BACKGROUND: Differentiating chondrosarcoma from enchondroma using conventional MRI remains challenging. An effective method for accurate preoperative diagnosis could affect the management and prognosis of patients. PURPOSE: To validate and evaluate radiomics nomograms based on non-enhanced MRI and clinical risk factors for the differentiation of chondrosarcoma from enchondroma. STUDY TYPE: Retrospective. POPULATION: A total of 103 patients with pathologically confirmed chondrosarcoma (n = 53) and enchondroma (n = 50) were randomly divided into training (n = 68) and validation (n = 35) groups. FIELD STRENGTH/SEQUENCE: Axial non-contrast-enhanced T1-weighted images (T1WI) and fat-suppressed T2-weighted images (T2WI-FS) were acquired at 3.0 T. ASSESSMENT: Clinical risk factors (sex, age, and tumor location) and diagnosis assessment based on morphologic MRI by three radiologists were recorded.

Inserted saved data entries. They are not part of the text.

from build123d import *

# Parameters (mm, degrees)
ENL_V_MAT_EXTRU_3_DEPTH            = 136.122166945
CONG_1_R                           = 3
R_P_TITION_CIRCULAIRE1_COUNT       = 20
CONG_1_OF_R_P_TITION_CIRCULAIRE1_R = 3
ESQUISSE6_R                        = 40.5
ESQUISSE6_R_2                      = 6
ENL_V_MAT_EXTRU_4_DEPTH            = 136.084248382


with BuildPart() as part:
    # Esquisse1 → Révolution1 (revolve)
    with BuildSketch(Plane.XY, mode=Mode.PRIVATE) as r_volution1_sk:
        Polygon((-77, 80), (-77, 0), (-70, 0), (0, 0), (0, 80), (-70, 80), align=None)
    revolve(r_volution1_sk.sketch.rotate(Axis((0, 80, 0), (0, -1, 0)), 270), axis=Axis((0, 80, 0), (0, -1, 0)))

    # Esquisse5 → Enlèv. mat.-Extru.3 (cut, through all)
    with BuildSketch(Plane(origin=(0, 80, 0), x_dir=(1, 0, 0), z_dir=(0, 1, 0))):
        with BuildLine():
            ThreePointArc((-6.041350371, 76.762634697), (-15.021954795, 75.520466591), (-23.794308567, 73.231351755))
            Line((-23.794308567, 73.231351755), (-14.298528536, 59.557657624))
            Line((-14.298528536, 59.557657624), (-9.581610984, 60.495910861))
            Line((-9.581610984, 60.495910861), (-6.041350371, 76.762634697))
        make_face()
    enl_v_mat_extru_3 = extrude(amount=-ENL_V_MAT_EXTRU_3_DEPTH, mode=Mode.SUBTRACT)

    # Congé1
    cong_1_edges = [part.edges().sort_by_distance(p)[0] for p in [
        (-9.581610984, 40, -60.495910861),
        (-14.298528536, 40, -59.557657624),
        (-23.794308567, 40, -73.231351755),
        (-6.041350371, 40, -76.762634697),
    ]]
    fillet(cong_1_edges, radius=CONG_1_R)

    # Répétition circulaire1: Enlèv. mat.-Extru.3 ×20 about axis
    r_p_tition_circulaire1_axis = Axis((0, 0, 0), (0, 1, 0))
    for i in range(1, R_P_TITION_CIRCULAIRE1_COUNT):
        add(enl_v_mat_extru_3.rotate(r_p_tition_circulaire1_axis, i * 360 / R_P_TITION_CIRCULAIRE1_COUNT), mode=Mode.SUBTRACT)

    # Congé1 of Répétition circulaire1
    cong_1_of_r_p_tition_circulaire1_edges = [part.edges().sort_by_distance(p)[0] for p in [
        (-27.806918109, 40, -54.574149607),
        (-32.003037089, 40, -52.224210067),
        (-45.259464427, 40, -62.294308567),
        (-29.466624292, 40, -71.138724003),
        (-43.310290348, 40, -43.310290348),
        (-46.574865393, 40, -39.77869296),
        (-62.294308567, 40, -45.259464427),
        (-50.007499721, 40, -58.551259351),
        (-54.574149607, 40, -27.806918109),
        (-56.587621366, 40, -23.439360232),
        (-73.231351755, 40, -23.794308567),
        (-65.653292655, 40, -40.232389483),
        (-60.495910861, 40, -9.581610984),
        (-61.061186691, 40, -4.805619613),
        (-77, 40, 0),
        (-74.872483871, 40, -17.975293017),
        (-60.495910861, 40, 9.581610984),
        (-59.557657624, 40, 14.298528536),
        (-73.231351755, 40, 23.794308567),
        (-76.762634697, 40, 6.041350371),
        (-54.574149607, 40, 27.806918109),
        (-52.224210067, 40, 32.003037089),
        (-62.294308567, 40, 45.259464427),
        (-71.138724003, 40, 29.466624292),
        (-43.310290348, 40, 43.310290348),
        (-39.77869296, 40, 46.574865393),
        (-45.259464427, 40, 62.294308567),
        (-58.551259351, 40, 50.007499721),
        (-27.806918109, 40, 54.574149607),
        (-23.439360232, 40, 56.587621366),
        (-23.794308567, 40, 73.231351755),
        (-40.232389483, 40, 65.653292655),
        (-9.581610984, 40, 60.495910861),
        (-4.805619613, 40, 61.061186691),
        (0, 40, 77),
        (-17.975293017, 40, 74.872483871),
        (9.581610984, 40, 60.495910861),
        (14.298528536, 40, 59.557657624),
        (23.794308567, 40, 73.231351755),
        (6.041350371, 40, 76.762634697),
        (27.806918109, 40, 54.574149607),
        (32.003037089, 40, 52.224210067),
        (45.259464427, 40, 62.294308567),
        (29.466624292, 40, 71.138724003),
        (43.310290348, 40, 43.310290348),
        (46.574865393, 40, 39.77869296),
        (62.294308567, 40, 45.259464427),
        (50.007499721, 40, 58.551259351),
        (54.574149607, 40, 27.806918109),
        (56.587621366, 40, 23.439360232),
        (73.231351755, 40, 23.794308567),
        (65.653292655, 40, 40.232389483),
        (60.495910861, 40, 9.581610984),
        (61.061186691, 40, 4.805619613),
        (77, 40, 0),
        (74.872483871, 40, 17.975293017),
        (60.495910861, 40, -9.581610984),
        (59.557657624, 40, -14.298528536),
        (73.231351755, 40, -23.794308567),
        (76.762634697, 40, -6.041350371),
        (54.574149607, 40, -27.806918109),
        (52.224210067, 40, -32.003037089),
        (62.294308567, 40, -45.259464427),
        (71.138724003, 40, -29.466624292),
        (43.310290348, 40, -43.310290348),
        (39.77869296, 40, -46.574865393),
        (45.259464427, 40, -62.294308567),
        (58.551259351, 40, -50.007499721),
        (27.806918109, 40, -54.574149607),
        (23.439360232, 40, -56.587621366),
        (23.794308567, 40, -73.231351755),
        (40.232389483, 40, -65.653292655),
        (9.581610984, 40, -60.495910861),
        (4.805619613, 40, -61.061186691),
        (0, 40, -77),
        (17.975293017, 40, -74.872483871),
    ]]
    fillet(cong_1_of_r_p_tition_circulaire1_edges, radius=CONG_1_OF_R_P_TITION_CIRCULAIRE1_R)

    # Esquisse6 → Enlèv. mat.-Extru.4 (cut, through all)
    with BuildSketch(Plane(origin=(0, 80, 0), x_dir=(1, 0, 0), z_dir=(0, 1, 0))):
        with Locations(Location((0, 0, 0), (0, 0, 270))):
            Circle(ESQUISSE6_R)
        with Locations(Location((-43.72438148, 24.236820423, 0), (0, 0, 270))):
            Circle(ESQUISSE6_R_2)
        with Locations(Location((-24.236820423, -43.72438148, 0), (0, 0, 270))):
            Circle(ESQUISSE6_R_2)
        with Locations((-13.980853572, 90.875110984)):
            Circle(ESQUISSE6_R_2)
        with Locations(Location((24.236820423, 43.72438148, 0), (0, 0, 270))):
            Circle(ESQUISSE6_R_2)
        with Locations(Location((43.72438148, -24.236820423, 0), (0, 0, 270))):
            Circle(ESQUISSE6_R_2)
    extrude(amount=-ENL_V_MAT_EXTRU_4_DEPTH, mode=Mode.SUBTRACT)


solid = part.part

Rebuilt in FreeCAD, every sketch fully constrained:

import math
import FreeCAD as App
import Part
import Sketcher
from FreeCAD import Vector
Q = App.Units.Quantity


def edges_at(feature, points):
    """Names of the edges that pass closest to the given points."""
    edges = feature.Shape.Edges
    near = lambda p: min(range(len(edges)), key=lambda i: edges[i].distToShape(Part.Vertex(*p))[0])
    return sorted({f"Edge{near(p) + 1}" for p in points})


def add_polygon(sketch, points):
    """Adds a closed chain of lines whose ends are joined by coincident constraints."""
    first, n = sketch.GeometryCount, len(points)
    for a, b in zip(points, points[1:] + points[:1]):
        sketch.addGeometry(Part.LineSegment(App.Vector(*a, 0), App.Vector(*b, 0)), False)
    for i in range(n):
        sketch.addConstraint(Sketcher.Constraint("Coincident", first + i, 2, first + (i + 1) % n, 1))

doc = App.newDocument("Part")
params = doc.addObject("Spreadsheet::Sheet", "Params")
for row, (alias, value) in enumerate([
    ("sketch1_width", "77 mm"),
    ("sketch1_height", "80 mm"),
    ("revolution_angle", "360 deg"),
    ("sketch2_radius", "77 mm"),
    ("fillet_radius", "3 mm"),
    ("fillet2_radius", "3 mm"),
    ("sketch3_diameter", "81 mm"),
    ("sketch3_diameter2", "12 mm"),
], start=1):
    params.set(f"A{row}", alias)
    params.set(f"B{row}", "=" + value)
    params.setAlias(f"B{row}", alias)

body = doc.addObject("PartDesign::Body", "Body")

sketch1 = body.newObject("Sketcher::SketchObject", "Sketch")
sketch1.AttachmentSupport = (doc.getObject("XY_Plane"), [""])
sketch1.MapMode = "FlatFace"
add_polygon(sketch1, [(-77, 80), (-77, 0), (0, 0), (0, 80)])
sketch1.addConstraint([
    Sketcher.Constraint("Vertical", 0),
    Sketcher.Constraint("Horizontal", 1),
    Sketcher.Constraint("Vertical", 2),
    Sketcher.Constraint("Horizontal", 3),
    Sketcher.Constraint("Coincident", 1, 2, -1, 1),
    Sketcher.Constraint("DistanceX", 1, 1, 1, 2, Q("77 mm")),
    Sketcher.Constraint("DistanceY", 0, 2, 0, 1, Q("80 mm")),
])
sketch1.setExpression("Constraints[9]", "Params.sketch1_width")
sketch1.setExpression("Constraints[10]", "Params.sketch1_height")
revolution = body.newObject("PartDesign::Revolution", "Revolution")
revolution.Profile = sketch1
revolution.ReferenceAxis = (sketch1, ["V_Axis"])
revolution.setExpression("Angle", "Params.revolution_angle")

sketch2 = body.newObject("Sketcher::SketchObject", "Sketch001")
sketch2.AttachmentSupport = (doc.getObject("XZ_Plane"), [""])
sketch2.MapMode = "FlatFace"
sketch2.AttachmentOffset = App.Placement(Vector(0, 0, -80), App.Rotation())
sketch2.addGeometry([
    Part.ArcOfCircle(Part.Circle(Vector(0, 0, 0), Vector(0, 0, 1), 77), math.radians(-108), math.radians(-94.5)),
    Part.LineSegment(Vector(-23.8, -73.2, 0), Vector(-14.3, -59.6, 0)),
    Part.LineSegment(Vector(-14.3, -59.6, 0), Vector(-9.6, -60.5, 0)),
    Part.LineSegment(Vector(-9.6, -60.5, 0), Vector(-6, -76.8, 0)),
], False)
sketch2.addConstraint([
    Sketcher.Constraint("Coincident", 0, 1, 1, 1),
    Sketcher.Constraint("Coincident", 1, 2, 2, 1),
    Sketcher.Constraint("Coincident", 2, 2, 3, 1),
    Sketcher.Constraint("Coincident", 3, 2, 0, 2),
    Sketcher.Constraint("Coincident", 0, 3, -1, 1),
    Sketcher.Constraint("Equal", 1, 3),
    Sketcher.Constraint("Radius", 0, Q("77 mm")),
    Sketcher.Constraint("Angle", 2, Q("-11.25 deg")),
    Sketcher.Constraint("DistanceX", 0, 1, -1, 1, Q("23.794309 mm")),
    Sketcher.Constraint("DistanceX", 1, 2, -1, 1, Q("14.298529 mm")),
    Sketcher.Constraint("DistanceX", 2, 2, -1, 1, Q("9.581611 mm")),
    Sketcher.Constraint("DistanceY", 2, 2, -1, 1, Q("60.495911 mm")),
])
sketch2.setExpression("Constraints[6]", "Params.sketch2_radius")
pocket1 = body.newObject("PartDesign::Pocket", "Pocket")
pocket1.Profile = sketch2
pocket1.Type = "ThroughAll"
pocket1.Reversed = True
doc.recompute()

fillet = body.newObject("PartDesign::Fillet", "Fillet")
fillet.Base = (pocket1, edges_at(pocket1, [
    (-9.582, 40, -60.496),
    (-14.299, 40, -59.558),
    (-23.794, 40, -73.231),
    (-6.041, 40, -76.763),
]))
fillet.setExpression("Radius", "Params.fillet_radius")
doc.recompute()

polarpattern = body.newObject("PartDesign::PolarPattern", "PolarPattern")
polarpattern.Originals = [pocket1]
polarpattern.Axis = (doc.getObject("Y_Axis"), [""])
polarpattern.Angle = 360
polarpattern.Occurrences = 20
body.Tip = polarpattern
doc.recompute()

fillet2 = body.newObject("PartDesign::Fillet", "Fillet001")
fillet2.Base = (polarpattern, edges_at(polarpattern, [
    (-27.807, 40, -54.574),
    (-32.003, 40, -52.224),
    (-45.259, 40, -62.294),
    (-29.467, 40, -71.139),
    (-43.31, 40, -43.31),
    (-46.575, 40, -39.779),
    (-62.294, 40, -45.259),
    (-50.007, 40, -58.551),
    (-54.574, 40, -27.807),
    (-56.588, 40, -23.439),
    (-73.231, 40, -23.794),
    (-65.653, 40, -40.232),
    (-60.496, 40, -9.582),
    (-61.061, 40, -4.806),
    (-77, 40, 0),
    (-74.872, 40, -17.975),
    (-60.496, 40, 9.582),
    (-59.558, 40, 14.299),
    (-73.231, 40, 23.794),
    (-76.763, 40, 6.041),
    (-54.574, 40, 27.807),
    (-52.224, 40, 32.003),
    (-62.294, 40, 45.259),
    (-71.139, 40, 29.467),
    (-43.31, 40, 43.31),
    (-39.779, 40, 46.575),
    (-45.259, 40, 62.294),
    (-58.551, 40, 50.007),
    (-27.807, 40, 54.574),
    (-23.439, 40, 56.588),
    (-23.794, 40, 73.231),
    (-40.232, 40, 65.653),
    (-9.582, 40, 60.496),
    (-4.806, 40, 61.061),
    (0, 40, 77),
    (-17.975, 40, 74.872),
    (9.582, 40, 60.496),
    (14.299, 40, 59.558),
    (23.794, 40, 73.231),
    (6.041, 40, 76.763),
    (27.807, 40, 54.574),
    (32.003, 40, 52.224),
    (45.259, 40, 62.294),
    (29.467, 40, 71.139),
    (43.31, 40, 43.31),
    (46.575, 40, 39.779),
    (62.294, 40, 45.259),
    (50.007, 40, 58.551),
    (54.574, 40, 27.807),
    (56.588, 40, 23.439),
    (73.231, 40, 23.794),
    (65.653, 40, 40.232),
    (60.496, 40, 9.582),
    (61.061, 40, 4.806),
    (77, 40, 0),
    (74.872, 40, 17.975),
    (60.496, 40, -9.582),
    (59.558, 40, -14.299),
    (73.231, 40, -23.794),
    (76.763, 40, -6.041),
    (54.574, 40, -27.807),
    (52.224, 40, -32.003),
    (62.294, 40, -45.259),
    (71.139, 40, -29.467),
    (43.31, 40, -43.31),
    (39.779, 40, -46.575),
    (45.259, 40, -62.294),
    (58.551, 40, -50.007),
    (27.807, 40, -54.574),
    (23.439, 40, -56.588),
    (23.794, 40, -73.231),
    (40.232, 40, -65.653),
    (9.582, 40, -60.496),
    (4.806, 40, -61.061),
    (0, 40, -77),
    (17.975, 40, -74.872),
]))
fillet2.setExpression("Radius", "Params.fillet2_radius")

sketch3 = body.newObject("Sketcher::SketchObject", "Sketch002")
sketch3.AttachmentSupport = (doc.getObject("XZ_Plane"), [""])
sketch3.MapMode = "FlatFace"
sketch3.AttachmentOffset = App.Placement(Vector(0, 0, -80), App.Rotation())
sketch3.addGeometry([
    Part.Circle(Vector(0, 0, 0), Vector(0, 0, 1), 40),
    Part.Circle(Vector(-44, -24, 0), Vector(0, 0, 1), 6),
    Part.Circle(Vector(-24, 44, 0), Vector(0, 0, 1), 6),
    Part.Circle(Vector(-14, -91, 0), Vector(0, 0, 1), 6),
    Part.Circle(Vector(24, -44, 0), Vector(0, 0, 1), 6),
    Part.Circle(Vector(44, 24, 0), Vector(0, 0, 1), 6),
], False)
sketch3.addConstraint([
    Sketcher.Constraint("Coincident", 0, 3, -1, 1),
    Sketcher.Constraint("Equal", 1, 2),
    Sketcher.Constraint("Equal", 2, 3),
    Sketcher.Constraint("Equal", 3, 4),
    Sketcher.Constraint("Equal", 4, 5),
    Sketcher.Constraint("Symmetric", 2, 3, 4, 3, -1, 1),
    Sketcher.Constraint("Symmetric", 1, 3, 5, 3, -1, 1),
    Sketcher.Constraint("Diameter", 0, Q("81 mm")),
    Sketcher.Constraint("Diameter", 1, Q("12 mm")),
    Sketcher.Constraint("DistanceY", 1, 3, 2, 3, Q("67.961202 mm")),
    Sketcher.Constraint("DistanceX", 1, 3, 4, 3, Q("67.961202 mm")),
    Sketcher.Constraint("DistanceX", 1, 3, -1, 1, Q("43.724381 mm")),
    Sketcher.Constraint("DistanceY", 1, 3, -1, 1, Q("24.23682 mm")),
    Sketcher.Constraint("DistanceY", 3, 3, -1, 1, Q("90.875111 mm")),
    Sketcher.Constraint("DistanceX", 3, 3, -1, 1, Q("13.980854 mm")),
])
sketch3.setExpression("Constraints[7]", "Params.sketch3_diameter")
sketch3.setExpression("Constraints[8]", "Params.sketch3_diameter2")
pocket2 = body.newObject("PartDesign::Pocket", "Pocket001")
pocket2.Profile = sketch3
pocket2.Type = "ThroughAll"
pocket2.Reversed = True

doc.recompute()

Three radiomics signatures were established based on the T1WI, T2WI-FS, and T1WI + T2WI-FS sequences. Three clinical radiomics nomograms were developed based on the clinical risk factors and three radiomics signatures. STATISTICAL TESTS: The area under the receiver operating characteristic curve (AUC) was used to evaluate the performance of radiomics signatures and clinical radiomics nomograms. RESULTS:Tumor location was an important clinical risk factor (P < 0.05). The radiomics signature based on T1WI and T1WI + T2WI-FS features performed better than that based on T2WI-FS in the validation group (AUC in the validation group: 0.961, 0.938, and 0.833, respectively; P < 0.05). In the validation group, the three clinical radiomics nomograms (T1WI, T2WI-FS, and T1WI + T2WI-FS) achieved AUCs of 0.938, 0.935, and 0.954, respectively. In all patients, the clinical radiomics nomogram based on T2WI-FS (AUC = 0.967) performed better than that based on T2WI-FS (AUC = 0.901, P < 0.05). DATA CONCLUSION: The proposed clinical radiomics nomogram showed promising performance in differentiating chondrosarcoma from enchondroma. LEVEL OF EVIDENCE: 4 TECHNICAL EFFICACY: Stage 2.